* _Saved data entries_:
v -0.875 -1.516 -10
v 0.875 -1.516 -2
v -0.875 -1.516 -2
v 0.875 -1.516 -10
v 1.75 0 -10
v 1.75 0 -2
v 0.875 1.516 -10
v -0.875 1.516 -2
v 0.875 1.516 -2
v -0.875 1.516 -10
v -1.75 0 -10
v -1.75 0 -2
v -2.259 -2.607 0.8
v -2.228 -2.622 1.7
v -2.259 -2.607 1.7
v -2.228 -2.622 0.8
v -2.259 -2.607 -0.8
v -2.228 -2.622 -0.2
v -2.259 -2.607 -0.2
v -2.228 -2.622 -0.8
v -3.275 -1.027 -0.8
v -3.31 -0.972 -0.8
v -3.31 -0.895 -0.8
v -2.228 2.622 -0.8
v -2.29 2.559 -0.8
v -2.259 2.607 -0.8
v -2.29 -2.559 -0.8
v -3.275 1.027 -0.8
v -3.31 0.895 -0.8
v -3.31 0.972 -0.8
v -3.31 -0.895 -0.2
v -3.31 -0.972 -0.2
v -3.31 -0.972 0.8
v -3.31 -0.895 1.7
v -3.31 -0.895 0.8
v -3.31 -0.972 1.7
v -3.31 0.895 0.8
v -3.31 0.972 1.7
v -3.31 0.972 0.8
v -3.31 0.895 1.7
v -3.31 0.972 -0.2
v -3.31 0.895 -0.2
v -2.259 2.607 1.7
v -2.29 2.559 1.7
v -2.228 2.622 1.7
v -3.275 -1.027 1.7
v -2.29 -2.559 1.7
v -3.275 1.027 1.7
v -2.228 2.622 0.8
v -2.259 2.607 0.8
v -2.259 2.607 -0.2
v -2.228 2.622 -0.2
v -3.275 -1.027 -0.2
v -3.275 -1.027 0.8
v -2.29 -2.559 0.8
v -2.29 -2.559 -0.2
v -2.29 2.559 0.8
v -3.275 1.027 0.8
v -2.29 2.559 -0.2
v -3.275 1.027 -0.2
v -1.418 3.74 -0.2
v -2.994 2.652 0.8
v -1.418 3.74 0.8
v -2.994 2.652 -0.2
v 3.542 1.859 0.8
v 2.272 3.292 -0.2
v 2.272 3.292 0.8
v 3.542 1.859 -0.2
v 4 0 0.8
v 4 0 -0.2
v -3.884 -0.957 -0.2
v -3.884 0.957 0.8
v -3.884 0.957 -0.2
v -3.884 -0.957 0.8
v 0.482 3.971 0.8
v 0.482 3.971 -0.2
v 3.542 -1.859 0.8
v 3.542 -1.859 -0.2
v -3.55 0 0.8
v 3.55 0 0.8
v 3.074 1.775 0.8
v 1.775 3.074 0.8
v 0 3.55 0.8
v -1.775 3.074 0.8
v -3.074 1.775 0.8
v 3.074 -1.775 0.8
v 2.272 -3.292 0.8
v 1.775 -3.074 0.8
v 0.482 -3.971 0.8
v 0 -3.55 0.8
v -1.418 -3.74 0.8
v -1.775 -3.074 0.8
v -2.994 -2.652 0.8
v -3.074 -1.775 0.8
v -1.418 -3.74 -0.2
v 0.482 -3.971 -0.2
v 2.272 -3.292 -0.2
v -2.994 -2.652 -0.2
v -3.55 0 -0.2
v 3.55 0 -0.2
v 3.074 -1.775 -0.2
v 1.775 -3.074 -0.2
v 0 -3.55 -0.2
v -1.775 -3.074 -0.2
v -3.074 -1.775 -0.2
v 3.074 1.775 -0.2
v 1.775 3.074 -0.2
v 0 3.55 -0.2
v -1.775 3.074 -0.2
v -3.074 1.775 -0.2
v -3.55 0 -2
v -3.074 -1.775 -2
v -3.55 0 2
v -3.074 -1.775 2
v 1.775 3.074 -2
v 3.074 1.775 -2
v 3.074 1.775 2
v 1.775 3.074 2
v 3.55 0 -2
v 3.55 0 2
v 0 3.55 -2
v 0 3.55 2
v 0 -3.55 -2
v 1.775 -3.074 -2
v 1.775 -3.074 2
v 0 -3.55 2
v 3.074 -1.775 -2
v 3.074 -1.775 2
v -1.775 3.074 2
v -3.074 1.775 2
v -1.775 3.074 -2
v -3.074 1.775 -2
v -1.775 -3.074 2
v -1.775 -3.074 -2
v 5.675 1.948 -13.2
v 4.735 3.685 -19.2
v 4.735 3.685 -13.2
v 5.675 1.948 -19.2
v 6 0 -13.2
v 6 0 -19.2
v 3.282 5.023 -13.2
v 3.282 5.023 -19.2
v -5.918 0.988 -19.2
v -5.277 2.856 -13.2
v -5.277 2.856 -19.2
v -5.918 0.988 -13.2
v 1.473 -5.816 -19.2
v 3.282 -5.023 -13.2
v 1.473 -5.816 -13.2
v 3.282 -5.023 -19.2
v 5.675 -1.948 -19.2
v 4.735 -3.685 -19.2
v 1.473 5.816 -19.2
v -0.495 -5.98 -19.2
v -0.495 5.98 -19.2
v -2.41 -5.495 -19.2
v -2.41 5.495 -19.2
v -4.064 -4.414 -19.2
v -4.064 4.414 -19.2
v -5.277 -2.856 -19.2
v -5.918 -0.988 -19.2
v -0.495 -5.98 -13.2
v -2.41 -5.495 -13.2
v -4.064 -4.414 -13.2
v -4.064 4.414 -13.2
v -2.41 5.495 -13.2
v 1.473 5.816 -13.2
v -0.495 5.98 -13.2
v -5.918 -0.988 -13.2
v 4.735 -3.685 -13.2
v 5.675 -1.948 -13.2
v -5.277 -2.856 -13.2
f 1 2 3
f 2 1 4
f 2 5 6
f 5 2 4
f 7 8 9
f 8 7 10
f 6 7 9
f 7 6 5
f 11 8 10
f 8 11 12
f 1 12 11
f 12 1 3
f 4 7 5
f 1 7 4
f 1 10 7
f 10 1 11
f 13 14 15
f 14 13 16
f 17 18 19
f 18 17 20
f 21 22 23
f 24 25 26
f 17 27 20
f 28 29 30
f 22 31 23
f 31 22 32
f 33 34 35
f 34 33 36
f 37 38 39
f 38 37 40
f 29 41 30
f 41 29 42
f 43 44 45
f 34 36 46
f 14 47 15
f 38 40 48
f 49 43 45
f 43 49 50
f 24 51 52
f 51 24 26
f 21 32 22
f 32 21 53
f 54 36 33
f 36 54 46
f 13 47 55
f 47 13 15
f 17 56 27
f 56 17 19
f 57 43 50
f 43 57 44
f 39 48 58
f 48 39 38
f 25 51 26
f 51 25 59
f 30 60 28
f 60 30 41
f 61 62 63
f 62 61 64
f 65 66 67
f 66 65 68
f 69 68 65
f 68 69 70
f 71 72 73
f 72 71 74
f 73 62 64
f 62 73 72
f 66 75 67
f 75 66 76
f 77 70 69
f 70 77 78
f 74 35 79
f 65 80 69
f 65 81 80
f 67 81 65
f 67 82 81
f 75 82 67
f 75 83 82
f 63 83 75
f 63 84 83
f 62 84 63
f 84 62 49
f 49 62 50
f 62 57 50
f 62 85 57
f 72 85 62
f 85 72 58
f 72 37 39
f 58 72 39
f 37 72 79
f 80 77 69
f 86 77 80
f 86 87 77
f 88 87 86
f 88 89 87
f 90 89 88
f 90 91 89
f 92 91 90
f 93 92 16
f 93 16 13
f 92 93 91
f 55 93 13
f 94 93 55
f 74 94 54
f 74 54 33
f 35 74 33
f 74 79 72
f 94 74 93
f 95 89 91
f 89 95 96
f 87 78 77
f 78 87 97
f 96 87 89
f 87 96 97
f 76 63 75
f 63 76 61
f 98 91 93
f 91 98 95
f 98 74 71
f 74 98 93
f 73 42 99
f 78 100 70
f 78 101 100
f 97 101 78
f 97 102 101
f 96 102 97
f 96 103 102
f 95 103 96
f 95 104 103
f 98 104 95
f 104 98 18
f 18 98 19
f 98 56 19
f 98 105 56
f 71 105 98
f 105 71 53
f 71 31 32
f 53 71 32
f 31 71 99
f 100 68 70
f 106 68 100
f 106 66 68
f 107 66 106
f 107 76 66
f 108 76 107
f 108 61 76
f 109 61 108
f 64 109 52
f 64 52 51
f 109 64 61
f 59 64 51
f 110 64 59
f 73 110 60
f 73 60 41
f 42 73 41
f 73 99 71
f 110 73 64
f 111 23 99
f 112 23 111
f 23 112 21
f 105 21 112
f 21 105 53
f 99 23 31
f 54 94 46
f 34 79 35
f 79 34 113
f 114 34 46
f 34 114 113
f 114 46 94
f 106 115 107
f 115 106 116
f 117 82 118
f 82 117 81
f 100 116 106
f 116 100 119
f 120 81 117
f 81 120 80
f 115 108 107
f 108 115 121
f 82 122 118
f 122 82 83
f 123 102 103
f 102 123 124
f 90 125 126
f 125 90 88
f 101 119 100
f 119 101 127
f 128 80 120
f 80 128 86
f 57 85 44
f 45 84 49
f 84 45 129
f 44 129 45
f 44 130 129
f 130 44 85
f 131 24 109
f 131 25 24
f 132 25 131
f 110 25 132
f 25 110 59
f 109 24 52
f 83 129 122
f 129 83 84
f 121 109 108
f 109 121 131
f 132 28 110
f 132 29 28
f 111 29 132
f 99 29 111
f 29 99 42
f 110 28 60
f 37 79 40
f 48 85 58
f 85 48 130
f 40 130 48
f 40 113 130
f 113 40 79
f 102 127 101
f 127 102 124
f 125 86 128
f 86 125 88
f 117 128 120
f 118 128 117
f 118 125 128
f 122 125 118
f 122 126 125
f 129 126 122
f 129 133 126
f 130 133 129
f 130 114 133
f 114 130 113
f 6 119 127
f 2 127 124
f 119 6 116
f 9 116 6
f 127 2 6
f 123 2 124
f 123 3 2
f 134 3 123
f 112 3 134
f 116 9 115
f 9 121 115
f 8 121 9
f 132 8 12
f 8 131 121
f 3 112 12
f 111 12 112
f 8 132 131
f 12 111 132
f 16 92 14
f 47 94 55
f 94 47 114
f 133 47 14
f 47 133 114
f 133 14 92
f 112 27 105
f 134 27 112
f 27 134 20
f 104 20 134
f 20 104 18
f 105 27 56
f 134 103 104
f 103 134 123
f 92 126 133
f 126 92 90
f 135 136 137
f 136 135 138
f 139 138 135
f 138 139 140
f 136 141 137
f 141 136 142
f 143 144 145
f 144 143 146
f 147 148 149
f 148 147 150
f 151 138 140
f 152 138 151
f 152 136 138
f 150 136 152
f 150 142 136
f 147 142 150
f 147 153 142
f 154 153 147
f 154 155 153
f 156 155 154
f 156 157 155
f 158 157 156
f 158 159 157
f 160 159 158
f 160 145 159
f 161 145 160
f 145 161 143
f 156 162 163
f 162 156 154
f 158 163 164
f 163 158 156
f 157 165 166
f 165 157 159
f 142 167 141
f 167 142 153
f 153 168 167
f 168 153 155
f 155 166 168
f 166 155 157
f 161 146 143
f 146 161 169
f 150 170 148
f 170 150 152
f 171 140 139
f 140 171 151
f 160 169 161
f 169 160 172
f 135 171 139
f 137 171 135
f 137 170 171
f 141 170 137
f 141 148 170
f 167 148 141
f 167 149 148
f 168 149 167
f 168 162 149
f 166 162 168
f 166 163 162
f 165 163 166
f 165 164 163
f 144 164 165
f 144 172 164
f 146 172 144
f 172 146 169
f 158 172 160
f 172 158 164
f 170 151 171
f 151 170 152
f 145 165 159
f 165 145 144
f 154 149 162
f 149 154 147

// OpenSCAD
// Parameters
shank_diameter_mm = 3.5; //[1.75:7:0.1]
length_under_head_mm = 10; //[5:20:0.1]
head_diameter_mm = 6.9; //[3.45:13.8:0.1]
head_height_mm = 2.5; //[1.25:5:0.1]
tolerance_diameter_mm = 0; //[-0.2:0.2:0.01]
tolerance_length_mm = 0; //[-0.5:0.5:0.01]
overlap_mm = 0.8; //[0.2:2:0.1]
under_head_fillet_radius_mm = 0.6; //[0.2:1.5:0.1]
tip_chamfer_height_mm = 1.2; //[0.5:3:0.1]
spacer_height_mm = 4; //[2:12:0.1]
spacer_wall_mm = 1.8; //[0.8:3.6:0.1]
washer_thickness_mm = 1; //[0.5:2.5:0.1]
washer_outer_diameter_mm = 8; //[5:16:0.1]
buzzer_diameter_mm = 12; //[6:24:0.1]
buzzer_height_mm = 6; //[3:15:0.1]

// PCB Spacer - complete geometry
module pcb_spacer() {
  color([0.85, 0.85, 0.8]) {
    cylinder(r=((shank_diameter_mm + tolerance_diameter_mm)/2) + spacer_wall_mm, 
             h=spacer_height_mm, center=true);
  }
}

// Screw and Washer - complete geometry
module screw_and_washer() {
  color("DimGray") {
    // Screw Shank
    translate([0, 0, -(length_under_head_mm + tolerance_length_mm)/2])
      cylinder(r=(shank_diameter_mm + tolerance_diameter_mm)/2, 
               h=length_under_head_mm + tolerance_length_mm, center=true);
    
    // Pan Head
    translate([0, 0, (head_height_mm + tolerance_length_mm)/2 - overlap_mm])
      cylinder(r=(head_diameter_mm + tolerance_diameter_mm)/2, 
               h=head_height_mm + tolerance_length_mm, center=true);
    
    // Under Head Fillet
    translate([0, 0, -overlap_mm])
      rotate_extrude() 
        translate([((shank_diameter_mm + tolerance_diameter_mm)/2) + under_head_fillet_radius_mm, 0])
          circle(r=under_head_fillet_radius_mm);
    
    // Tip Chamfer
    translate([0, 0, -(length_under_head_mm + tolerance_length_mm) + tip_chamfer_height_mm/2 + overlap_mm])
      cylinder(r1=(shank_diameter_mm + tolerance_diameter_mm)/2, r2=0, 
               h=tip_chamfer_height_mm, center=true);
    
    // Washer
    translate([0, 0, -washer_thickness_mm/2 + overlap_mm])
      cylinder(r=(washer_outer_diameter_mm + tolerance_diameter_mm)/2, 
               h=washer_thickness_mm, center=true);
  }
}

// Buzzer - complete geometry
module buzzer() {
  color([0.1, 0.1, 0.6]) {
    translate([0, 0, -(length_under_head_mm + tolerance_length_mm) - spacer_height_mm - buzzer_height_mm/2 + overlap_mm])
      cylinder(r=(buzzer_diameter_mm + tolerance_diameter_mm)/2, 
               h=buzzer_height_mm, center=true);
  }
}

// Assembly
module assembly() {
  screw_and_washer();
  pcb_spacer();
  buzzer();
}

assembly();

* _Exercise prompt_: Write out the records above exactly, from the opening line to the line with "v -2.259 -2.607 -0.8", including both, with nothing added.

* _Task solution_:
v -0.875 -1.516 -10
v 0.875 -1.516 -2
v -0.875 -1.516 -2
v 0.875 -1.516 -10
v 1.75 0 -10
v 1.75 0 -2
v 0.875 1.516 -10
v -0.875 1.516 -2
v 0.875 1.516 -2
v -0.875 1.516 -10
v -1.75 0 -10
v -1.75 0 -2
v -2.259 -2.607 0.8
v -2.228 -2.622 1.7
v -2.259 -2.607 1.7
v -2.228 -2.622 0.8
v -2.259 -2.607 -0.8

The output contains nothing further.